Ex-núncio acusado de pedofilia morreu após ataque cardíaco

Ex-núncio acusado de pedofilia morreu após ataque cardíaco

O Vaticano divulgou neste sábado um comunicado no qual explicou que as primeiras conclusões da autópsia, realizada ontem poucas horas depois da morte, tinham confirmado o falecimento "por causas naturais devido a um evento cardíaco".

A autópsia foi ordenada pelo promotor do Vaticano, Gian Piero Milano, que nomeou uma comissão de três peritos, coordenada por Giovanni Arcudi, professor de Medicina Legal da Universidade de Tor Vergata, em Roma.

Nos próximos dias, acrescenta o comunicado, o promotor receberá novos resultados de laboratório efetuados pela comissão.

Por sua vez, as autoridades do Vaticano destinaram uma capela para realizar na próxima segunda-feira o funeral de Wesolowski, núncio do Vaticano na República Dominicana entre 2008 e 2013. A cerimônia será aberta ao público.

O corpo do ex-núncio, que tinha sido expulso pela Igreja Católica devido às graves acusações, será levado à Polônia na próxima terça-feira, informou o Vaticano.

Ele foi encontrado morto às 5h de ontem, sentado em uma poltrona e com a televisão ligada em sua residência no Vaticano, onde aguardava ser julgado. No breve comunicado que informou a morte, o Vaticano tinha afirmado que "as primeiras verificações indicaram uma morte por causas naturais".

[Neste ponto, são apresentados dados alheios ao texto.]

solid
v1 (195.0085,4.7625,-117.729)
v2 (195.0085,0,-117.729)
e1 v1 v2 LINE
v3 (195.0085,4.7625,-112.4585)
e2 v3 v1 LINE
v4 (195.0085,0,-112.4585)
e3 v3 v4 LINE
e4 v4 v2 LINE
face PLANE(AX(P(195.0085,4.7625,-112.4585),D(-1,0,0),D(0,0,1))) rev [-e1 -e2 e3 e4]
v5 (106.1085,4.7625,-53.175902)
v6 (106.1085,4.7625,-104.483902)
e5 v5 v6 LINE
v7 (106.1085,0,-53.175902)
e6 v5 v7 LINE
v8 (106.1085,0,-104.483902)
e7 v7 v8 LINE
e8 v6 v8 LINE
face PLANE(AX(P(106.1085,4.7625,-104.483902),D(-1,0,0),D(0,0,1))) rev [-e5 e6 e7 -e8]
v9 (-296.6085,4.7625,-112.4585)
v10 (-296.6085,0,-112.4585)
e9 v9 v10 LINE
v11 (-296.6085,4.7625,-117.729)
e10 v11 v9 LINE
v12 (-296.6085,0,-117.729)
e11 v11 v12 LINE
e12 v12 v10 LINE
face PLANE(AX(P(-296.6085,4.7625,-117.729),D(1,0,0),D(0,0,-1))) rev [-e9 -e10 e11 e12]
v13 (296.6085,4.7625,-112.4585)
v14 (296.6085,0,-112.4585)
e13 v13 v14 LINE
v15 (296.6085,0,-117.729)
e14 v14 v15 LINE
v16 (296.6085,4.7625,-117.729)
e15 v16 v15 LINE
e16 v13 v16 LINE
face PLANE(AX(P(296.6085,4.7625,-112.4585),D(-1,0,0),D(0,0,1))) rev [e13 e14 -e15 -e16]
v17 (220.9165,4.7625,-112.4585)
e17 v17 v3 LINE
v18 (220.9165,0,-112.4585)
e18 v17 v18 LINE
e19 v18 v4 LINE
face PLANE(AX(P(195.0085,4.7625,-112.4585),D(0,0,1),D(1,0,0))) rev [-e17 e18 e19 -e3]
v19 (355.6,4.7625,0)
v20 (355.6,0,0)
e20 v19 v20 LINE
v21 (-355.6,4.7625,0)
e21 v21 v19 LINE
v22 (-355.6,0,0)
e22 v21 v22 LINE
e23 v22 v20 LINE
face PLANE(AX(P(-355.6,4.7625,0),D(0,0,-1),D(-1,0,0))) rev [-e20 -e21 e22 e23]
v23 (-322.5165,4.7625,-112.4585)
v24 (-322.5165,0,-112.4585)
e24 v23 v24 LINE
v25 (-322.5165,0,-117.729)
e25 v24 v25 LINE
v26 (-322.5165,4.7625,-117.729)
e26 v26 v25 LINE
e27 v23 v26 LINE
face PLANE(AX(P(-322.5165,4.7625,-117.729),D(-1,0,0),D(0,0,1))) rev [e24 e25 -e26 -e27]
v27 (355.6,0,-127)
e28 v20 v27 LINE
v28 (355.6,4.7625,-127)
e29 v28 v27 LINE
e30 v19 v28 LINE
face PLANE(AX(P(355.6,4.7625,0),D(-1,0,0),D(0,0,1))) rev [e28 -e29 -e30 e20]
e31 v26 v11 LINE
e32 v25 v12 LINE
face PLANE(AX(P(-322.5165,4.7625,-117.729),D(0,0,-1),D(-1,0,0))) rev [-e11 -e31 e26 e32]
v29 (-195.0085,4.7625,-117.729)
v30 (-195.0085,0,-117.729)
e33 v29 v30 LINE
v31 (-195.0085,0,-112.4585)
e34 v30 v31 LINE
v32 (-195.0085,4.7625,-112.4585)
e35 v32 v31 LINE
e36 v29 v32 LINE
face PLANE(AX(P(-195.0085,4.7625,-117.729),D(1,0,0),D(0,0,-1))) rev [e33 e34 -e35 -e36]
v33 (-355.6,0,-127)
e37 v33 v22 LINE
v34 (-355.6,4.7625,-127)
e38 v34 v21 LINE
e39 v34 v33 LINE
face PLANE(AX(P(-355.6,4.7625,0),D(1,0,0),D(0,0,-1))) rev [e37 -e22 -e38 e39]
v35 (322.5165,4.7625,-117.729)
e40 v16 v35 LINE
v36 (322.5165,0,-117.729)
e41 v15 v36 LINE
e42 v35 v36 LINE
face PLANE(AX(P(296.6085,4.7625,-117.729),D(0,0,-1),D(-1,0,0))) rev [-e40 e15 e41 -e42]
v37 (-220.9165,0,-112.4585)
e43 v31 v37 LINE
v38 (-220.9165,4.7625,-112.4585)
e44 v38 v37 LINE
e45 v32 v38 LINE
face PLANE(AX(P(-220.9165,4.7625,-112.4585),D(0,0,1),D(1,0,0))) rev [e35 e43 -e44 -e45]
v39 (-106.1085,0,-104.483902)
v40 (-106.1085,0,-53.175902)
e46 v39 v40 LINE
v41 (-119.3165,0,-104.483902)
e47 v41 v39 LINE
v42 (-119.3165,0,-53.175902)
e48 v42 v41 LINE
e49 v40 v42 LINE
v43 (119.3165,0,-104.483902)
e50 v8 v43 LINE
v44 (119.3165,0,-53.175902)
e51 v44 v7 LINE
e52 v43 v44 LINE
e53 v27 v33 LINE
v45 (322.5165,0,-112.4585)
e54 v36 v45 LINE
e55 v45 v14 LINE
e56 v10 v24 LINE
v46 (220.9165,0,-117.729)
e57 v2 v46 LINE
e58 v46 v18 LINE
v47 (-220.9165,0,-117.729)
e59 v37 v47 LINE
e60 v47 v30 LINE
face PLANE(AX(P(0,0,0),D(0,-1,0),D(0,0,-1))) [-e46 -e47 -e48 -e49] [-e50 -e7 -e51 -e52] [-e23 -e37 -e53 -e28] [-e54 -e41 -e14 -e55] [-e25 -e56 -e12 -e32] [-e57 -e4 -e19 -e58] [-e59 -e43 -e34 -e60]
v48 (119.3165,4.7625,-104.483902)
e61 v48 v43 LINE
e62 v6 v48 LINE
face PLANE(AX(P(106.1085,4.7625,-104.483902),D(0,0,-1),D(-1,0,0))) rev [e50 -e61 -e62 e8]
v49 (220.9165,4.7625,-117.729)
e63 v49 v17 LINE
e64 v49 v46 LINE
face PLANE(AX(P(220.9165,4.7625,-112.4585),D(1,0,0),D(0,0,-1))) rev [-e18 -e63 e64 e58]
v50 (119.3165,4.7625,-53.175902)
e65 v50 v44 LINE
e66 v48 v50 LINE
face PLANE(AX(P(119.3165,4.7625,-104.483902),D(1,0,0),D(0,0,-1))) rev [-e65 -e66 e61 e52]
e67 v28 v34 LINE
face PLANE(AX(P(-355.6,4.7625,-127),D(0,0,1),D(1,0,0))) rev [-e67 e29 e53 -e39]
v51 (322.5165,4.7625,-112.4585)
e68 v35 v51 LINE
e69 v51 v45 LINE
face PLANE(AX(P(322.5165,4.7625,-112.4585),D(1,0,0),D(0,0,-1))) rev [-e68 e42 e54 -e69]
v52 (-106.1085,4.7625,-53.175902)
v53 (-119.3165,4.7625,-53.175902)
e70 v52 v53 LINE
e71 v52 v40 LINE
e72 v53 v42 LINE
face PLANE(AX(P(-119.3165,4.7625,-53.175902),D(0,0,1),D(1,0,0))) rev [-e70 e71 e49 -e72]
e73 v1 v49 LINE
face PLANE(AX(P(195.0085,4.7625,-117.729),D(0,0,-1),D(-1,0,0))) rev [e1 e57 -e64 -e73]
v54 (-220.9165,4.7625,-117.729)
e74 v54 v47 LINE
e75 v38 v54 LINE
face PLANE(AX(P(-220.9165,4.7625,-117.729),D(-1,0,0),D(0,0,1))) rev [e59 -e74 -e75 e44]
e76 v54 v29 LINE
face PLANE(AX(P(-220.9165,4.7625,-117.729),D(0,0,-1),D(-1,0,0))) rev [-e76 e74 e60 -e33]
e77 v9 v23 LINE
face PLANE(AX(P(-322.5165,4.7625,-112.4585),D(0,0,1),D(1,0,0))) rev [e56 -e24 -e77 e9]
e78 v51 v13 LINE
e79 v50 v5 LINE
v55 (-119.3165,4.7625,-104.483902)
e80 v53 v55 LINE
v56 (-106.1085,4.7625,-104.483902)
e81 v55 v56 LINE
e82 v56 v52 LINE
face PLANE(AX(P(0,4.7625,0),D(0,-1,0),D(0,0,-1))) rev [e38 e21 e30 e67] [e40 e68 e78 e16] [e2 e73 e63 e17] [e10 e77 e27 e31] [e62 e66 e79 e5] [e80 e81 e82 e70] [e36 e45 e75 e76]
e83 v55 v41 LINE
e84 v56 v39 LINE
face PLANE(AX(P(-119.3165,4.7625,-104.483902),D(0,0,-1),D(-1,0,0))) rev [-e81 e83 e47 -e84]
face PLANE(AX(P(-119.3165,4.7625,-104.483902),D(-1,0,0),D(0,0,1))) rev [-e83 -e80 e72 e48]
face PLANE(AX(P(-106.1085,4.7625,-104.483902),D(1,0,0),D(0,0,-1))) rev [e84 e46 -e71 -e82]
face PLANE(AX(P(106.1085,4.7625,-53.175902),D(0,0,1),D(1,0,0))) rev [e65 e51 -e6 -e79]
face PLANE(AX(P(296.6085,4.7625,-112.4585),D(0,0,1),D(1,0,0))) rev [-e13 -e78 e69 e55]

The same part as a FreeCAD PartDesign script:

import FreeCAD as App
import Part
import Sketcher
Q = App.Units.Quantity


def add_polygon(sketch, points):
    """Adds a closed chain of lines whose ends are joined by coincident constraints."""
    first, n = sketch.GeometryCount, len(points)
    for a, b in zip(points, points[1:] + points[:1]):
        sketch.addGeometry(Part.LineSegment(App.Vector(*a, 0), App.Vector(*b, 0)), False)
    for i in range(n):
        sketch.addConstraint(Sketcher.Constraint("Coincident", first + i, 2, first + (i + 1) % n, 1))

doc = App.newDocument("Part")
params = doc.addObject("Spreadsheet::Sheet", "Params")
for row, (alias, value) in enumerate([
    ("sketch1_width", "28 in"),
    ("sketch1_height", "5 in"),
    ("pad1_length", "0.1875 in"),
    ("sketch2_width", "0.52 in"),
    ("sketch2_height", "2.02 in"),
    ("sketch3_width", "1.02 in"),
], start=1):
    params.set(f"A{row}", alias)
    params.set(f"B{row}", "=" + value)
    params.setAlias(f"B{row}", alias)

body = doc.addObject("PartDesign::Body", "Body")

sketch1 = body.newObject("Sketcher::SketchObject", "Sketch")
sketch1.AttachmentSupport = (doc.getObject("XZ_Plane"), [""])
sketch1.MapMode = "FlatFace"
add_polygon(sketch1, [(-355.6, -127), (-355.6, 0), (355.6, 0), (355.6, -127)])
sketch1.addConstraint([
    Sketcher.Constraint("Vertical", 0),
    Sketcher.Constraint("Horizontal", 1),
    Sketcher.Constraint("Vertical", 2),
    Sketcher.Constraint("Horizontal", 3),
    Sketcher.Constraint("Symmetric", 0, 2, 1, 2, -1, 1),
    Sketcher.Constraint("DistanceX", 1, 1, 1, 2, Q("28 in")),
    Sketcher.Constraint("DistanceY", 0, 1, 0, 2, Q("5 in")),
])
sketch1.setExpression("Constraints[9]", "Params.sketch1_width")
sketch1.setExpression("Constraints[10]", "Params.sketch1_height")
pad1 = body.newObject("PartDesign::Pad", "Pad")
pad1.Profile = sketch1
pad1.setExpression("Length", "Params.pad1_length")
pad1.Reversed = True

sketch2 = body.newObject("Sketcher::SketchObject", "Sketch001")
sketch2.AttachmentSupport = (doc.getObject("XZ_Plane"), [""])
sketch2.MapMode = "FlatFace"
add_polygon(sketch2, [(119.3165, -104.483902), (119.3165, -53.175902), (106.1085, -53.175902), (106.1085, -104.483902)])
add_polygon(sketch2, [(-106.1085, -104.483902), (-106.1085, -53.175902), (-119.3165, -53.175902), (-119.3165, -104.483902)])
sketch2.addConstraint([
    Sketcher.Constraint("Vertical", 0),
    Sketcher.Constraint("Horizontal", 1),
    Sketcher.Constraint("Vertical", 2),
    Sketcher.Constraint("Horizontal", 3),
    Sketcher.Constraint("Vertical", 4),
    Sketcher.Constraint("Horizontal", 5),
    Sketcher.Constraint("Vertical", 6),
    Sketcher.Constraint("Horizontal", 7),
    Sketcher.Constraint("Symmetric", 1, 2, 4, 2, -2),
    Sketcher.Constraint("Symmetric", 3, 2, 6, 2, -2),
    Sketcher.Constraint("DistanceX", 1, 2, 1, 1, Q("0.52 in")),
    Sketcher.Constraint("DistanceY", 0, 1, 0, 2, Q("2.02 in")),
    Sketcher.Constraint("DistanceX", 4, 2, 1, 2, Q("8.355 in")),
    Sketcher.Constraint("DistanceY", 0, 2, -1, 1, 53.175902),
])
sketch2.setExpression("Constraints[18]", "Params.sketch2_width")
sketch2.setExpression("Constraints[19]", "Params.sketch2_height")
pocket1 = body.newObject("PartDesign::Pocket", "Pocket")
pocket1.Profile = sketch2
pocket1.Type = "ThroughAll"

sketch3 = body.newObject("Sketcher::SketchObject", "Sketch002")
sketch3.AttachmentSupport = (doc.getObject("XZ_Plane"), [""])
sketch3.MapMode = "FlatFace"
add_polygon(sketch3, [(-322.5165, -112.4585), (-322.5165, -117.729), (-296.6085, -117.729), (-296.6085, -112.4585)])
add_polygon(sketch3, [(-220.9165, -112.4585), (-220.9165, -117.729), (-195.0085, -117.729), (-195.0085, -112.4585)])
add_polygon(sketch3, [(195.0085, -112.4585), (195.0085, -117.729), (220.9165, -117.729), (220.9165, -112.4585)])
add_polygon(sketch3, [(296.6085, -112.4585), (296.6085, -117.729), (322.5165, -117.729), (322.5165, -112.4585)])
sketch3.addConstraint([
    Sketcher.Constraint("Vertical", 0),
    Sketcher.Constraint("Horizontal", 1),
    Sketcher.Constraint("Vertical", 2),
    Sketcher.Constraint("Horizontal", 3),
    Sketcher.Constraint("Vertical", 4),
    Sketcher.Constraint("Horizontal", 5),
    Sketcher.Constraint("Vertical", 6),
    Sketcher.Constraint("Horizontal", 7),
    Sketcher.Constraint("Vertical", 8),
    Sketcher.Constraint("Horizontal", 9),
    Sketcher.Constraint("Vertical", 10),
    Sketcher.Constraint("Horizontal", 11),
    Sketcher.Constraint("Vertical", 12),
    Sketcher.Constraint("Horizontal", 13),
    Sketcher.Constraint("Vertical", 14),
    Sketcher.Constraint("Horizontal", 15),
    Sketcher.Constraint("Symmetric", 5, 2, 8, 2, -2),
    Sketcher.Constraint("Symmetric", 7, 2, 10, 2, -2),
    Sketcher.Constraint("Symmetric", 1, 2, 12, 2, -2),
    Sketcher.Constraint("Symmetric", 3, 2, 14, 2, -2),
    Sketcher.Constraint("Horizontal", 1, 2, 4, 2),
    Sketcher.Constraint("Horizontal", 3, 2, 6, 2),
    Sketcher.Constraint("Equal", 3, 5),
    Sketcher.Constraint("DistanceX", 0, 2, 4, 2, Q("4 in")),
    Sketcher.Constraint("DistanceX", 1, 1, 1, 2, Q("1.02 in")),
    Sketcher.Constraint("DistanceY", 0, 2, 0, 1, Q("0.2075 in")),
    Sketcher.Constraint("DistanceY", 0, 2, -1, 1, Q("4.635 in")),
    Sketcher.Constraint("DistanceX", 5, 2, 8, 2, Q("15.355 in")),
])
sketch3.setExpression("Constraints[40]", "Params.sketch3_width")
pocket2 = body.newObject("PartDesign::Pocket", "Pocket001")
pocket2.Profile = sketch3
pocket2.Type = "ThroughAll"

doc.recompute()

Wesolowski não se apresentou ao julgamento no Vaticano em 11 de julho e alegou que estava internado em um hospital público de Roma. Seu advogado apresentou um documento que confirmava que tinha sido internado na noite anterior em um hospital romano após ser atendido pelo centro de Urgências do Vaticano, sua hospitalização foi necessária por uma grave queda de pressão.

O ex-núncio era acusado de cinco crimes, entre eles acessar pornografia na internet, posse de material de pedofilia tanto em Roma como durante sua estadia na ilha caribenha, entre 2008 e 2013.

Além disso, de abuso de menores de idade presumível (entre 13 e 16 anos) durante sua estadia na República Dominicana.

O prelado era o primeiro bispo sob detenção no Vaticano, e o primeiro religioso acusado de pedofilia que seria julgado nos tribunais vaticanos.

A primeira audiência durou apenas alguns minutos e foi adiada pela ausência do réu. O tribunal, por decisão papal, era formado por três laicos: o presidente Giuseppe Gadanha Torre e os juízes Antonio Bonnet e Paolo Papanti-Pellettier.

O escândalo explodiu após uma reportagem transmitida em um canal de televisão dominicano que acusava Wesolowski de pagar para ter relações sexuais com menores.